Supreme Court will consider federal agency regulatory discretion

Date Posted: 06/26/2023
Court Gavel

Imagine if an OSHA compliance officer showed up at your workplace, and your company had to pay the officer’s salary during the inspection. While OSHA does not require this, another federal agency does require it.

The National Marine Fisheries Service requires that certain fishing boats allow an observer to monitor compliance. Under a federal regulation, the fishing company must pay the observer’s salary during that time, even though the observer is a federal employee.

Several fishing companies sued the government, arguing that the underlying statute does not say anything about making private companies pay the observer’s salary. They argued that the regulation is therefore invalid.

The case went before the United States Court of Appeals for the District of Columbia (DC Circuit), which ruled for the government. The DC Circuit applied the concept of Chevron deference, named for a 1984 Supreme Court case. Under Chevron, if a party challenges an agency regulation, courts should give deference to the agency. The DC Circuit held that the regulation forcing private employers pay the salaries of federal employees was acceptable, even though the statute did not specifically authorize the agency to create such a rule.

The plaintiff employers appealed that decision to the United States Supreme Court, which agreed to hear the case of Loper Bright Enterprises v. Raimondo.

The Supreme Court

The Supreme Court should hear arguments this fall when the term opens in October. The high court’s decision would likely get released in 2024 by the end of June.

The plaintiffs are asking the Supreme Court to overturn the Chevron decision. If that happens, lower courts would no longer need to presume that a federal regulation is reasonable. The Biden administration filed a brief claiming that this case “would be an unsuitable vehicle” for reconsidering the Chevron decision.

Several justices, including Alito, Gorsuch, and Thomas, have raised questions about the Chevron doctrine. Justice Ketanji Brown Jackson recused herself because she heard arguments as a member of the DC Circuit, although she moved to the Supreme Court before the lower court issued the decision. A Supreme Court ruling requires at least a 5-4 majority, but an eight-justice panel still requires a 5-3 ruling. A ruling with a 4-4 split carries no weight and would not overturn the DC Circuit court’s decision.

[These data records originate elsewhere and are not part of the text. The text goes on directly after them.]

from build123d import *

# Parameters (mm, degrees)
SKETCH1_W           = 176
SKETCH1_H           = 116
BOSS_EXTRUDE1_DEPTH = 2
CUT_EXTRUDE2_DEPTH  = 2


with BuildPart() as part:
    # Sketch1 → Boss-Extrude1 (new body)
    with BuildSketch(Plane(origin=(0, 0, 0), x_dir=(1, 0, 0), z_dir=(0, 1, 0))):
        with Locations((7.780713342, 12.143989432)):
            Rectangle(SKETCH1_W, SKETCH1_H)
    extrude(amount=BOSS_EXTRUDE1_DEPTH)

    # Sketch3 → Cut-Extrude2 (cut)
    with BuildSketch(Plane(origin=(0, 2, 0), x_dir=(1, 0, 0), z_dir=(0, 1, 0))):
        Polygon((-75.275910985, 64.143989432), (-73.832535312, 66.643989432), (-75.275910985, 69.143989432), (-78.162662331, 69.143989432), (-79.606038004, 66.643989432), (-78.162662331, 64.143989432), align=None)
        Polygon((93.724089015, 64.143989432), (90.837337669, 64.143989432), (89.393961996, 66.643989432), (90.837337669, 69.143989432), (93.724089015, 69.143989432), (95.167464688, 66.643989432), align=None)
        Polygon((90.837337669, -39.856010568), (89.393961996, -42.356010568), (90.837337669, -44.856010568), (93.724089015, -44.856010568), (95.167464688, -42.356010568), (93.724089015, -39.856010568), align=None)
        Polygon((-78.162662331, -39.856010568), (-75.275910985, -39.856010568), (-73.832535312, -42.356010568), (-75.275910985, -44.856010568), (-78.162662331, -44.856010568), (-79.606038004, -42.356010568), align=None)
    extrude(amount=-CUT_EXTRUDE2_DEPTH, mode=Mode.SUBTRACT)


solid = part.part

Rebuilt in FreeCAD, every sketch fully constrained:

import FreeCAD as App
import Part
import Sketcher
from FreeCAD import Vector
Q = App.Units.Quantity


def add_polygon(sketch, points):
    """Adds a closed chain of lines whose ends are joined by coincident constraints."""
    first, n = sketch.GeometryCount, len(points)
    for a, b in zip(points, points[1:] + points[:1]):
        sketch.addGeometry(Part.LineSegment(App.Vector(*a, 0), App.Vector(*b, 0)), False)
    for i in range(n):
        sketch.addConstraint(Sketcher.Constraint("Coincident", first + i, 2, first + (i + 1) % n, 1))

doc = App.newDocument("Part")
params = doc.addObject("Spreadsheet::Sheet", "Params")
for row, (alias, value) in enumerate([
    ("sketch1_width", "176 mm"),
    ("sketch1_height", "116 mm"),
    ("pad1_length", "2 mm"),
    ("pocket1_length", "2 mm"),
], start=1):
    params.set(f"A{row}", alias)
    params.set(f"B{row}", "=" + value)
    params.setAlias(f"B{row}", alias)

body = doc.addObject("PartDesign::Body", "Body")

sketch1 = body.newObject("Sketcher::SketchObject", "Sketch")
sketch1.AttachmentSupport = (doc.getObject("XZ_Plane"), [""])
sketch1.MapMode = "FlatFace"
add_polygon(sketch1, [(-80.219287, -70.143989), (-80.219287, 45.856011), (95.780713, 45.856011), (95.780713, -70.143989)])
sketch1.addConstraint([
    Sketcher.Constraint("Vertical", 0),
    Sketcher.Constraint("Horizontal", 1),
    Sketcher.Constraint("Vertical", 2),
    Sketcher.Constraint("Horizontal", 3),
    Sketcher.Constraint("DistanceX", 1, 1, 1, 2, Q("176 mm")),
    Sketcher.Constraint("DistanceY", 0, 1, 0, 2, Q("116 mm")),
    Sketcher.Constraint("DistanceY", -1, 1, 0, 2, Q("45.856011 mm")),
    Sketcher.Constraint("DistanceX", 0, 2, -1, 1, Q("80.219287 mm")),
])
sketch1.setExpression("Constraints[8]", "Params.sketch1_width")
sketch1.setExpression("Constraints[9]", "Params.sketch1_height")
pad1 = body.newObject("PartDesign::Pad", "Pad")
pad1.Profile = sketch1
pad1.setExpression("Length", "Params.pad1_length")
pad1.Reversed = True

sketch2 = body.newObject("Sketcher::SketchObject", "Sketch001")
sketch2.AttachmentSupport = (doc.getObject("XZ_Plane"), [""])
sketch2.MapMode = "FlatFace"
sketch2.AttachmentOffset = App.Placement(Vector(0, 0, -2), App.Rotation())
add_polygon(sketch2, [(-75.275911, -64.143989), (-73.832535, -66.643989), (-75.275911, -69.143989), (-78.162662, -69.143989), (-79.606038, -66.643989), (-78.162662, -64.143989)])
add_polygon(sketch2, [(90.837338, -64.143989), (93.724089, -64.143989), (95.167465, -66.643989), (93.724089, -69.143989), (90.837338, -69.143989), (89.393962, -66.643989)])
add_polygon(sketch2, [(90.837338, 39.856011), (89.393962, 42.356011), (90.837338, 44.856011), (93.724089, 44.856011), (95.167465, 42.356011), (93.724089, 39.856011)])
add_polygon(sketch2, [(-75.275911, 39.856011), (-78.162662, 39.856011), (-79.606038, 42.356011), (-78.162662, 44.856011), (-75.275911, 44.856011), (-73.832535, 42.356011)])
sketch2.addConstraint([
    Sketcher.Constraint("Horizontal", 2),
    Sketcher.Constraint("Horizontal", 5),
    Sketcher.Constraint("Horizontal", 6),
    Sketcher.Constraint("Horizontal", 9),
    Sketcher.Constraint("Horizontal", 14),
    Sketcher.Constraint("Horizontal", 17),
    Sketcher.Constraint("Horizontal", 18),
    Sketcher.Constraint("Horizontal", 21),
    Sketcher.Constraint("Parallel", 0, 3),
    Sketcher.Constraint("Parallel", 1, 4),
    Sketcher.Constraint("Parallel", 3, 7),
    Sketcher.Constraint("Parallel", 4, 8),
    Sketcher.Constraint("Parallel", 7, 10),
    Sketcher.Constraint("Parallel", 8, 11),
    Sketcher.Constraint("Parallel", 10, 12),
    Sketcher.Constraint("Parallel", 11, 13),
    Sketcher.Constraint("Parallel", 12, 15),
    Sketcher.Constraint("Parallel", 13, 16),
    Sketcher.Constraint("Parallel", 15, 19),
    Sketcher.Constraint("Parallel", 16, 20),
    Sketcher.Constraint("Parallel", 19, 22),
    Sketcher.Constraint("Parallel", 20, 23),
    Sketcher.Constraint("Horizontal", 0, 2, 3, 2),
    Sketcher.Constraint("Horizontal", 5, 2, 6, 2),
    Sketcher.Constraint("Horizontal", 3, 2, 7, 2),
    Sketcher.Constraint("Horizontal", 2, 2, 8, 2),
    Sketcher.Constraint("Horizontal", 7, 2, 10, 2),
    Sketcher.Constraint("Horizontal", 12, 2, 15, 2),
    Sketcher.Constraint("Horizontal", 17, 2, 18, 2),
    Sketcher.Constraint("Horizontal", 15, 2, 19, 2),
    Sketcher.Constraint("Horizontal", 14, 2, 20, 2),
    Sketcher.Constraint("Horizontal", 19, 2, 22, 2),
    Sketcher.Constraint("Vertical", 2, 2, 4, 2),
    Sketcher.Constraint("Vertical", 1, 2, 5, 2),
    Sketcher.Constraint("Vertical", 10, 2, 12, 2),
    Sketcher.Constraint("Vertical", 11, 2, 13, 2),
    Sketcher.Constraint("Vertical", 8, 2, 14, 2),
    Sketcher.Constraint("Vertical", 14, 2, 16, 2),
    Sketcher.Constraint("Vertical", 4, 2, 18, 2),
    Sketcher.Constraint("Vertical", 5, 2, 21, 2),
    Sketcher.Constraint("Equal", 5, 6),
    Sketcher.Constraint("Angle", 0, Q("-60 deg")),
    Sketcher.Constraint("DistanceY", 2, 2, 4, 2, Q("5 mm")),
    Sketcher.Constraint("DistanceX", 5, 2, 6, 2, Q("169 mm")),
    Sketcher.Constraint("DistanceY", 10, 2, 12, 2, Q("109 mm")),
    Sketcher.Constraint("DistanceX", 2, 2, 2, 1, Q("2.886751 mm")),
    Sketcher.Constraint("DistanceY", 0, 2, -1, 1, Q("66.643989 mm")),
    Sketcher.Constraint("DistanceX", 1, 2, -1, 1, Q("75.275911 mm")),
])
pocket1 = body.newObject("PartDesign::Pocket", "Pocket")
pocket1.Profile = sketch2
pocket1.setExpression("Length", "Params.pocket1_length")
pocket1.Reversed = True

doc.recompute()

The Supreme Court could follow a number of paths. First, it could overturn Chevron, which has been applied to uphold thousands of federal regulations over the last four decades. Such an outcome could result in a flood of cases to revisit previous regulations from the Environmental Protection Agency and many other federal agencies.

Alternatively, the Supreme Court might issue a narrow ruling that addresses only the specific regulation and agency involved, perhaps ordering the DC Circuit to reconsider. Or, the high court might choose to limit Chevron deference without fully overturning that decision.

The outcome won’t be known until the court actually releases a public decision in 2024.